- Assignment:
Below is a listing. Write out exactly its lines between the one holding "v 6.664 19.7 25.038" and the one holding "v 5.646 19.7 2.849", inclusive.

- Data records:
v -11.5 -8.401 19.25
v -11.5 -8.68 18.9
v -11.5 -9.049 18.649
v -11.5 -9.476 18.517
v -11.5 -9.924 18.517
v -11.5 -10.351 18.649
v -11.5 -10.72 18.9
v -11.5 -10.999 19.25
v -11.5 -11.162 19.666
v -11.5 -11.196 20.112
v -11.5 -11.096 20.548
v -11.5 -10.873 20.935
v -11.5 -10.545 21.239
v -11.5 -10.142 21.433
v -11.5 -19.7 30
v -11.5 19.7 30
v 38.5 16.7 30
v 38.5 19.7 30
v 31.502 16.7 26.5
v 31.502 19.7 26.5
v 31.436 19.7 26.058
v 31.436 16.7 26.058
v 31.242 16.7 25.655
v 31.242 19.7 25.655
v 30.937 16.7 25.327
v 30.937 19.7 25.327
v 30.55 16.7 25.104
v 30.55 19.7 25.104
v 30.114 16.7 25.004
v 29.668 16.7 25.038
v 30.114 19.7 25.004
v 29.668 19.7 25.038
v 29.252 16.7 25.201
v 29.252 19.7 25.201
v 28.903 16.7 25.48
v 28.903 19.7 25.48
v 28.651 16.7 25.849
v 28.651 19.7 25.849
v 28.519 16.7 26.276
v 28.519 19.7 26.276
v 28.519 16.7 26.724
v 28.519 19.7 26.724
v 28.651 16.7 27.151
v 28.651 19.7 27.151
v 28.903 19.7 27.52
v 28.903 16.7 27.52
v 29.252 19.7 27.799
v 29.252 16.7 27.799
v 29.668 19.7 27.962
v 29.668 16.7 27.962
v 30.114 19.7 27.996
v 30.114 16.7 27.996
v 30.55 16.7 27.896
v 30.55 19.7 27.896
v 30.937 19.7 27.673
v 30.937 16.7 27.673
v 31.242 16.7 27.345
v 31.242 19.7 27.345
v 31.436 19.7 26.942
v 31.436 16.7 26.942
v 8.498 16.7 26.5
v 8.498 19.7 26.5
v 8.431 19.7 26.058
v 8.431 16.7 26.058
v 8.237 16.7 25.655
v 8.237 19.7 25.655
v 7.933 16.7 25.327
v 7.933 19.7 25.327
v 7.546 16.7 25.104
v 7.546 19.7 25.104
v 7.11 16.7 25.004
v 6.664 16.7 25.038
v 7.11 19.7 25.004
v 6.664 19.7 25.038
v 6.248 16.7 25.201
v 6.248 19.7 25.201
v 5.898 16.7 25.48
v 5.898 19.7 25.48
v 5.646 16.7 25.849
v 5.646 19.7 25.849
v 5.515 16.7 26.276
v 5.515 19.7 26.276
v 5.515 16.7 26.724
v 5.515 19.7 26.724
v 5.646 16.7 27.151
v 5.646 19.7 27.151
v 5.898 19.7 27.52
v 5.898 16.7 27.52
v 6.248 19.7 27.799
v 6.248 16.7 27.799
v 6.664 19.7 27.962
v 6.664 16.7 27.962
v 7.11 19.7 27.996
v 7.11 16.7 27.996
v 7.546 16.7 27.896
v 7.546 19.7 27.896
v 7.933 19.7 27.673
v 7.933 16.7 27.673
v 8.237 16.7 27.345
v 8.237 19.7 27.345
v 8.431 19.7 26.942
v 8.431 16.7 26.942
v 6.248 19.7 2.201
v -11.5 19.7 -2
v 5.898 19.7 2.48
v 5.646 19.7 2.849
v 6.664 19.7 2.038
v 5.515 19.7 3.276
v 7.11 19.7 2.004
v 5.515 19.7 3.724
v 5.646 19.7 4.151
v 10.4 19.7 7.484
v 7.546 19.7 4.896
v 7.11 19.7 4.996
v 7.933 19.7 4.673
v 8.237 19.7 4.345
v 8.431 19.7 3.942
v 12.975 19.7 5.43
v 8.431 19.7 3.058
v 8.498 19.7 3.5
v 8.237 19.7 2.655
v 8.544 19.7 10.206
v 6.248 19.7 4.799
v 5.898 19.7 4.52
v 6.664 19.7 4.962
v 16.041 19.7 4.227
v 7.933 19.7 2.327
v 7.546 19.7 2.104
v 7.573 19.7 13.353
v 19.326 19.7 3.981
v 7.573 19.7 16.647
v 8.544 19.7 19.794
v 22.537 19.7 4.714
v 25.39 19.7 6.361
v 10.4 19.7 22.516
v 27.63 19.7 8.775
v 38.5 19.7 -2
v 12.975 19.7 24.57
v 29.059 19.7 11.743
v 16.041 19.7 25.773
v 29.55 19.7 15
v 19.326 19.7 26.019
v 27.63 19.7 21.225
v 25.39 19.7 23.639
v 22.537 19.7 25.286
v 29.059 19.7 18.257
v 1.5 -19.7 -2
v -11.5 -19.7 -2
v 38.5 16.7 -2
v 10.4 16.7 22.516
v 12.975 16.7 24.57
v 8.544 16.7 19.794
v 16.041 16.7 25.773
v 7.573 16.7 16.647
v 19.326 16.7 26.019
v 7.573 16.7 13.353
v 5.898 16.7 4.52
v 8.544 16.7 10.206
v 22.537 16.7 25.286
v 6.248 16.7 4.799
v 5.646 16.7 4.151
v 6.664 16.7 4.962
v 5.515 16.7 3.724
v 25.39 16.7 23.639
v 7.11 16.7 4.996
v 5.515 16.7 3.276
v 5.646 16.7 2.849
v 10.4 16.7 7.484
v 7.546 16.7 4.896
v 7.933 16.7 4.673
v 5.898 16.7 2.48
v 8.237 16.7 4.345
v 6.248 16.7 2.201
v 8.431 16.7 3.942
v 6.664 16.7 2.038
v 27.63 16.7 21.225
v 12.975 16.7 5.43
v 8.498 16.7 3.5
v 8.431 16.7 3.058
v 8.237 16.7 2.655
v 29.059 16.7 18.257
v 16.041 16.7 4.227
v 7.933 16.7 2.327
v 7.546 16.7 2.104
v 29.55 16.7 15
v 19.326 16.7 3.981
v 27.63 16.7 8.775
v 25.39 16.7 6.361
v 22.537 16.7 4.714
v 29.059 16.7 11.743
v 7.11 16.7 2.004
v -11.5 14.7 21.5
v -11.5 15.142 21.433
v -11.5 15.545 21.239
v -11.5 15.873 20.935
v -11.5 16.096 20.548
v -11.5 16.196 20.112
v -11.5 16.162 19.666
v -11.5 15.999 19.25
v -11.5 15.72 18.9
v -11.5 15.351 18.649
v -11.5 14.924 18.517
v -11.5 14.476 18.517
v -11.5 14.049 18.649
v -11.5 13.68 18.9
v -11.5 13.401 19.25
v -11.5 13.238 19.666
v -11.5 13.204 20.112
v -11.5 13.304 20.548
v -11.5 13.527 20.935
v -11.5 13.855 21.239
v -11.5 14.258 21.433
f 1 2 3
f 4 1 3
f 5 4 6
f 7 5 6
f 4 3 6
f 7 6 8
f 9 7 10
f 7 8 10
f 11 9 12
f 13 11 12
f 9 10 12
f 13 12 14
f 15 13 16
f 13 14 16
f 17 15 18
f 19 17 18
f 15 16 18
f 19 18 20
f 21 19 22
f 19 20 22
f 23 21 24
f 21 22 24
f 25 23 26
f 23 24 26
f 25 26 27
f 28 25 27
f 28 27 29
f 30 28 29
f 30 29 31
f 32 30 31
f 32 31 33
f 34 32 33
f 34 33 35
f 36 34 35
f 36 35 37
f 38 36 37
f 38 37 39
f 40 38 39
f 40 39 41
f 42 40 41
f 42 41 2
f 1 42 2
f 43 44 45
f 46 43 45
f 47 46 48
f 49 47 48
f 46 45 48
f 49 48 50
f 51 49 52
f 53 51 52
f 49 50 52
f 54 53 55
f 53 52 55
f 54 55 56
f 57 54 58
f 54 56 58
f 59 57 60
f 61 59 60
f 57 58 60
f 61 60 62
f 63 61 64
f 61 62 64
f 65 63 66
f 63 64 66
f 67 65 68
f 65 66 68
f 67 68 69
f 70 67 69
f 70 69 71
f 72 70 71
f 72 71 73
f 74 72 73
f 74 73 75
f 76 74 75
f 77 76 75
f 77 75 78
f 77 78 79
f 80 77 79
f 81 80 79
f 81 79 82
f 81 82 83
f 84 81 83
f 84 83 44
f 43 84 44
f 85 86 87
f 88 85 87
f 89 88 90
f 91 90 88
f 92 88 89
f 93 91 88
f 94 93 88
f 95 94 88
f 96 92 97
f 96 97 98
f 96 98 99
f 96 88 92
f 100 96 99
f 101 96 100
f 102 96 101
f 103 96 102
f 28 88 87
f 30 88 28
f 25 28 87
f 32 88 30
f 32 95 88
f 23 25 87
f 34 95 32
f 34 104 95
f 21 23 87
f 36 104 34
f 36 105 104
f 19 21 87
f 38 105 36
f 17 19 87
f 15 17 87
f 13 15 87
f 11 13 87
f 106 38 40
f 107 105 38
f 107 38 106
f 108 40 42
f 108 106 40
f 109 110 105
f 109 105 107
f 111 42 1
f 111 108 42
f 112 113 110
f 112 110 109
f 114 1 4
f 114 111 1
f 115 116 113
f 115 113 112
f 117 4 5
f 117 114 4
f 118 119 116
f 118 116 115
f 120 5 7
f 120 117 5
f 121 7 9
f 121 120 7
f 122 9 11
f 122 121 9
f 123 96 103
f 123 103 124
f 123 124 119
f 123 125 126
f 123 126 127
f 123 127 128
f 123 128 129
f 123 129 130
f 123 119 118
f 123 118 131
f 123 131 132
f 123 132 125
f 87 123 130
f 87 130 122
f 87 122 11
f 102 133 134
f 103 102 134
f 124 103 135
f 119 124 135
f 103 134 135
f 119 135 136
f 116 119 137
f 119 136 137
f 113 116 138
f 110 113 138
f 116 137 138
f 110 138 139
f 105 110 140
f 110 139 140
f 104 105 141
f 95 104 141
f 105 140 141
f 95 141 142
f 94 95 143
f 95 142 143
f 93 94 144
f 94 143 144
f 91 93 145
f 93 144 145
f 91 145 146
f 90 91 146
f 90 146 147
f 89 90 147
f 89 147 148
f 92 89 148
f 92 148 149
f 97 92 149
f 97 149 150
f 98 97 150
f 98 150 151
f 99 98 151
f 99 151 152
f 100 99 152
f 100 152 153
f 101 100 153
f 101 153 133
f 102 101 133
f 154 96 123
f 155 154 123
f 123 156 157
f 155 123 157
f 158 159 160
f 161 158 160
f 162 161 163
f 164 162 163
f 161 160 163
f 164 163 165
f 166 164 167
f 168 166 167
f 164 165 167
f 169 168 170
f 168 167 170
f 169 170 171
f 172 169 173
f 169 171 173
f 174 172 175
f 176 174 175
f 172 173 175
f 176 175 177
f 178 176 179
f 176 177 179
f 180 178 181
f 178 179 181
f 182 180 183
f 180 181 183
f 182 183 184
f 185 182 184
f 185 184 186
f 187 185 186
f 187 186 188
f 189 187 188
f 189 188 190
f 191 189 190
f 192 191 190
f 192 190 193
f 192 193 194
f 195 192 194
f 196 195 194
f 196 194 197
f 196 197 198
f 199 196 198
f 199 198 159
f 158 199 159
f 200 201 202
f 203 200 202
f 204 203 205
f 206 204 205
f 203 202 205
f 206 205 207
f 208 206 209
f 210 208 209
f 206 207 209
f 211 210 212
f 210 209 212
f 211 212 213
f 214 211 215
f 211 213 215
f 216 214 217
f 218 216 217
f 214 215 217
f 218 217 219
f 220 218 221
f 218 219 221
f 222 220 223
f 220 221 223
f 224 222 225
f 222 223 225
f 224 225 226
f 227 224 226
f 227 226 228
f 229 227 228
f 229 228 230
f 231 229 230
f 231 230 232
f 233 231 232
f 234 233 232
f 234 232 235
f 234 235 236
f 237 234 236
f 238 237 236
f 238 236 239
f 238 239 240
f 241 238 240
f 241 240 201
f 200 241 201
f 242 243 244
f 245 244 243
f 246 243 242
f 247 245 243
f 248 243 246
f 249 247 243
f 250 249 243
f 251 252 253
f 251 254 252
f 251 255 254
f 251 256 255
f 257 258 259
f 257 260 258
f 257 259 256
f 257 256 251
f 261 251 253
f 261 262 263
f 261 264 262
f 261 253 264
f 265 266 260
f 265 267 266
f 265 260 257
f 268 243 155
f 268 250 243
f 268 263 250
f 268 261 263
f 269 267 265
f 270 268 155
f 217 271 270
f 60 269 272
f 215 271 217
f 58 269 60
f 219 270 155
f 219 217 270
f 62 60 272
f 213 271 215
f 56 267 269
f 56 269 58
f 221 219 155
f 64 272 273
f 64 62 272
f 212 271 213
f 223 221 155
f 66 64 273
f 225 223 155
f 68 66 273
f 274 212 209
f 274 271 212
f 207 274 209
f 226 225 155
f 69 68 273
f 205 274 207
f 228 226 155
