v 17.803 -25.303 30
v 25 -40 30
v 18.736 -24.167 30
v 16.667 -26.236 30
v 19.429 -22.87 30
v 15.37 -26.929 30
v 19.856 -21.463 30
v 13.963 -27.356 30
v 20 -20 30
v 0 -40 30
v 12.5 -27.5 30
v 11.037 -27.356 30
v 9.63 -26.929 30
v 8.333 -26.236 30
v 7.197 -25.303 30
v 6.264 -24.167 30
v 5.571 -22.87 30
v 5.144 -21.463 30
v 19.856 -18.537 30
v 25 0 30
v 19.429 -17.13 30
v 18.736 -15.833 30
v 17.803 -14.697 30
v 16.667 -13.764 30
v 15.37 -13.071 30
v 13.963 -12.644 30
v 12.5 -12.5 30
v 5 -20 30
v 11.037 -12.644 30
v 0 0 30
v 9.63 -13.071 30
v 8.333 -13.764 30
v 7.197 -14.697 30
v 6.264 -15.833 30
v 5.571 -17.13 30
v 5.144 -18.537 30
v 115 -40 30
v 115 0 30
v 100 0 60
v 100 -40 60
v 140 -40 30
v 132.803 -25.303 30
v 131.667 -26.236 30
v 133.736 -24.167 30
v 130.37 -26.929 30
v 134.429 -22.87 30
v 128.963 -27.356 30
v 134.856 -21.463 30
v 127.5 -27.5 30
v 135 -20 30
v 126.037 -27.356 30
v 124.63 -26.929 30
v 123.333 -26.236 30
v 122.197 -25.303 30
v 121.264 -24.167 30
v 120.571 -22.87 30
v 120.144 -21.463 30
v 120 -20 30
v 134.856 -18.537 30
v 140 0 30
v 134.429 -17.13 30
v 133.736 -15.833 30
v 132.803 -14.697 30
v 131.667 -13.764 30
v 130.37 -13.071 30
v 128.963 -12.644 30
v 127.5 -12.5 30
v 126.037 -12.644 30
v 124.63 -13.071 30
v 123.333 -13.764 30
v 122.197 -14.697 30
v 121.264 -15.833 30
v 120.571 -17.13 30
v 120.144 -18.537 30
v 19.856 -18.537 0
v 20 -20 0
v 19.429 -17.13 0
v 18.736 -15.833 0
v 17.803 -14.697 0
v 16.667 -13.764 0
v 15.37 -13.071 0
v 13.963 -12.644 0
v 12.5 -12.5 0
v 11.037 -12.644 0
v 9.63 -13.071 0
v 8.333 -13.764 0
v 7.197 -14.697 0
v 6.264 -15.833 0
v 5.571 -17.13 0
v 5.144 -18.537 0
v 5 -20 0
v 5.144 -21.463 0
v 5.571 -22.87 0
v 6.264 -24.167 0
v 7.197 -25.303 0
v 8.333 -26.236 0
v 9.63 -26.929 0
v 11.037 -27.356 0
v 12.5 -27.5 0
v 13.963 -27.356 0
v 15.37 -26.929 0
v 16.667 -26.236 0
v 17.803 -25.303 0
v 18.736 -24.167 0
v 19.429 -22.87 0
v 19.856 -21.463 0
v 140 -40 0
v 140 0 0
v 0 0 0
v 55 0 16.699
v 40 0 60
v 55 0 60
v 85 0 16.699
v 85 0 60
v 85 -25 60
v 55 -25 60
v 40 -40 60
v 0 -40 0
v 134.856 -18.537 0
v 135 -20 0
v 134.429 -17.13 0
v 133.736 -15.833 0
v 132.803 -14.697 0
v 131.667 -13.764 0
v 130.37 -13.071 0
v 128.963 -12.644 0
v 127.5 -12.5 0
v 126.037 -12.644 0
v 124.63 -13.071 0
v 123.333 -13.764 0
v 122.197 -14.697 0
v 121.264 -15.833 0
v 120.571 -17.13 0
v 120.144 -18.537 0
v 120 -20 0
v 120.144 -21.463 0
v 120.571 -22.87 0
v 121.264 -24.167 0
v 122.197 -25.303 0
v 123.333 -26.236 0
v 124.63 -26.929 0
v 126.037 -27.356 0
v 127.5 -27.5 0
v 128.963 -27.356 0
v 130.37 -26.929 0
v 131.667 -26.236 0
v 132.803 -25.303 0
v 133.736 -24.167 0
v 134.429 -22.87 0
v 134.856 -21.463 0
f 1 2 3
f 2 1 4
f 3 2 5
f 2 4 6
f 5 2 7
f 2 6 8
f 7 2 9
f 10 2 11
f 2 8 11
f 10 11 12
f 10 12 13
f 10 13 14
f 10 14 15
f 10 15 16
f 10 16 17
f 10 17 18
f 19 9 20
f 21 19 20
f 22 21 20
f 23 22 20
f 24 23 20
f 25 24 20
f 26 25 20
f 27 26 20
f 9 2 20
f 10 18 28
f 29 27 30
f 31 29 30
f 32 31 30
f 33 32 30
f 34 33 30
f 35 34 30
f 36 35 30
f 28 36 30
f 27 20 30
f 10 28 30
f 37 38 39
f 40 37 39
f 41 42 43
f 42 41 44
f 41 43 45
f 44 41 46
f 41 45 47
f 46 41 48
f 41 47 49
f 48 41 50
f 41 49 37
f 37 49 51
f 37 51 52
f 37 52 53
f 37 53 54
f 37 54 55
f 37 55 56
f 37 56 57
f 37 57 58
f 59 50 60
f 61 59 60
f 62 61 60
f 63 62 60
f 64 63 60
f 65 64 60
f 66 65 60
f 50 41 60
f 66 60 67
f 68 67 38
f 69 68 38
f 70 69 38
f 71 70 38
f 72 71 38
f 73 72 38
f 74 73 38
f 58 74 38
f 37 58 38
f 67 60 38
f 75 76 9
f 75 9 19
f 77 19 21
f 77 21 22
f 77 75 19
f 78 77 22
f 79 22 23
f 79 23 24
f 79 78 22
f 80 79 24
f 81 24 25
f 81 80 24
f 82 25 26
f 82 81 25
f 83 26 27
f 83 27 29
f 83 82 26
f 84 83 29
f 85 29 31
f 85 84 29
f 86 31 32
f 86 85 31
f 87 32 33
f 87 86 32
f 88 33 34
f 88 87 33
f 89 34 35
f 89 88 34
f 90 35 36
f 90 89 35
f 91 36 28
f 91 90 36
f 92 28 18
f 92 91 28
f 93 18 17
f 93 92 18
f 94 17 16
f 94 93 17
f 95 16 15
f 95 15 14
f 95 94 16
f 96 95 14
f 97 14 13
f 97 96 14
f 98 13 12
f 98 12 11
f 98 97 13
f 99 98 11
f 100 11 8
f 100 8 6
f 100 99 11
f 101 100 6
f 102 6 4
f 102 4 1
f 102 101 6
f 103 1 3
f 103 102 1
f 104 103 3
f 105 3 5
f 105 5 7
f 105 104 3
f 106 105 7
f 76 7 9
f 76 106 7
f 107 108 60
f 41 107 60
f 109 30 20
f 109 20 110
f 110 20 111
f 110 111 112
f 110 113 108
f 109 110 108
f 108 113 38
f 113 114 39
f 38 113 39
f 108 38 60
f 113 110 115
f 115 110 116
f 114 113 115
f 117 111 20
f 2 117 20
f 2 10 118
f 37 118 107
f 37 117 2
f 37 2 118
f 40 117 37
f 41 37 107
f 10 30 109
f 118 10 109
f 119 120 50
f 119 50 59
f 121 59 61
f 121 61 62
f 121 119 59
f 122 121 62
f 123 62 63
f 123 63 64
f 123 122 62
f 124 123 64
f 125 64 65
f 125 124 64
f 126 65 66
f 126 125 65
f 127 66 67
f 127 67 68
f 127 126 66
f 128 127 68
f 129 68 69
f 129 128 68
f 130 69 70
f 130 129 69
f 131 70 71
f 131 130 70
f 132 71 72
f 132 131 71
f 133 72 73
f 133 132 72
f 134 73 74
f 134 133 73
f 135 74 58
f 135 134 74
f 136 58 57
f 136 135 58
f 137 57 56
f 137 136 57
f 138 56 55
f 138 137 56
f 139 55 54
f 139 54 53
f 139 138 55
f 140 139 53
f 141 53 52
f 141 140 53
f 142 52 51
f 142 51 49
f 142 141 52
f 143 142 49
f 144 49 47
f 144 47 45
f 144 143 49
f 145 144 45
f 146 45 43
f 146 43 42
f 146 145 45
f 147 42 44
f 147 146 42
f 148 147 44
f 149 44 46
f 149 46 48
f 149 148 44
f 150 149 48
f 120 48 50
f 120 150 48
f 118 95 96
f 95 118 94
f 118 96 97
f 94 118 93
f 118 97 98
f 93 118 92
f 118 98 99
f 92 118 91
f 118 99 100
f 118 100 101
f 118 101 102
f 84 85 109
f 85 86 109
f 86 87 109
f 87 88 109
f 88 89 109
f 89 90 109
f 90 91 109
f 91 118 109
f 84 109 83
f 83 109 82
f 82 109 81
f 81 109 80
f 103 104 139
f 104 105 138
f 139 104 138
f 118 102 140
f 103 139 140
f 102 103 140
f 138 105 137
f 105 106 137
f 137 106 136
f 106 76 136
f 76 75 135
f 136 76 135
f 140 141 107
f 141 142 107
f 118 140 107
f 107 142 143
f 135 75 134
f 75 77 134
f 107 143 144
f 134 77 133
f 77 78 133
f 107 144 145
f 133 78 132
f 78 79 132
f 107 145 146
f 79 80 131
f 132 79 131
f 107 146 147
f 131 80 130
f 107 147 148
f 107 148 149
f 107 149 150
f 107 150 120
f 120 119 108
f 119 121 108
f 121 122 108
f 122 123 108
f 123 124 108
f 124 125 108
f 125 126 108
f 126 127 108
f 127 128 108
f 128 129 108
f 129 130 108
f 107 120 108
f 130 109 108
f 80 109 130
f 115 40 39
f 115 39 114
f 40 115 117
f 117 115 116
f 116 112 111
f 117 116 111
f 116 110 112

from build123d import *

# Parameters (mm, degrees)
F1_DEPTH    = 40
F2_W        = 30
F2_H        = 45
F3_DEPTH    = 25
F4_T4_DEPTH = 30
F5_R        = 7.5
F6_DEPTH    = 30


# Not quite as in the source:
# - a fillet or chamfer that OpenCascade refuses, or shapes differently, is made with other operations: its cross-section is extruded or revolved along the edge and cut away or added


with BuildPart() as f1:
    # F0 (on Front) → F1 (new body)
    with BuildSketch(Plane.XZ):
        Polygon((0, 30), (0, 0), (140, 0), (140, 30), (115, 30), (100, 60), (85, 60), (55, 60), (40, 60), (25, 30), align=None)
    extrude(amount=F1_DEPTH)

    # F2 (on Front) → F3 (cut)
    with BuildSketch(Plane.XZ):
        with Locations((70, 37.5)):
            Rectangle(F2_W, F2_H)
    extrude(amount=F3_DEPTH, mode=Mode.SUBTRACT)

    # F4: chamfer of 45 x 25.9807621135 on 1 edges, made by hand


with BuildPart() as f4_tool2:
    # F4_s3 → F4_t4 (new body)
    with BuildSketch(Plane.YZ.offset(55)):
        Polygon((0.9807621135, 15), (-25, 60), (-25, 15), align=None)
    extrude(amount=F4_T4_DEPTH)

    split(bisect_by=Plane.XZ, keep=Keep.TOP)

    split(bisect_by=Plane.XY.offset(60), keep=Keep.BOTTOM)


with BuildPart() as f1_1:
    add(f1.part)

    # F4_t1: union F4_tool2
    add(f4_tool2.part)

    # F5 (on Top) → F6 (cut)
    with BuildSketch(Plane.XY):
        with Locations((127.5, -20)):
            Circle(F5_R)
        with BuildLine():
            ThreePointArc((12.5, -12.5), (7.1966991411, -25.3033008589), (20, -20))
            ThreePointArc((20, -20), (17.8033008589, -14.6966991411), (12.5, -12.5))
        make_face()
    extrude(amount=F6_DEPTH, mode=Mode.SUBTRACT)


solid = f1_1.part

- Result for this task:
v 6.664 19.7 25.038
v 6.248 16.7 25.201
v 6.248 19.7 25.201
v 5.898 16.7 25.48
v 5.898 19.7 25.48
v 5.646 16.7 25.849
v 5.646 19.7 25.849
v 5.515 16.7 26.276
v 5.515 19.7 26.276
v 5.515 16.7 26.724
v 5.515 19.7 26.724
v 5.646 16.7 27.151
v 5.646 19.7 27.151
v 5.898 19.7 27.52
v 5.898 16.7 27.52
v 6.248 19.7 27.799
v 6.248 16.7 27.799
v 6.664 19.7 27.962
v 6.664 16.7 27.962
v 7.11 19.7 27.996
v 7.11 16.7 27.996
v 7.546 16.7 27.896
v 7.546 19.7 27.896
v 7.933 19.7 27.673
v 7.933 16.7 27.673
v 8.237 16.7 27.345
v 8.237 19.7 27.345
v 8.431 19.7 26.942
v 8.431 16.7 26.942
v 6.248 19.7 2.201
v -11.5 19.7 -2
v 5.898 19.7 2.48
v 5.646 19.7 2.849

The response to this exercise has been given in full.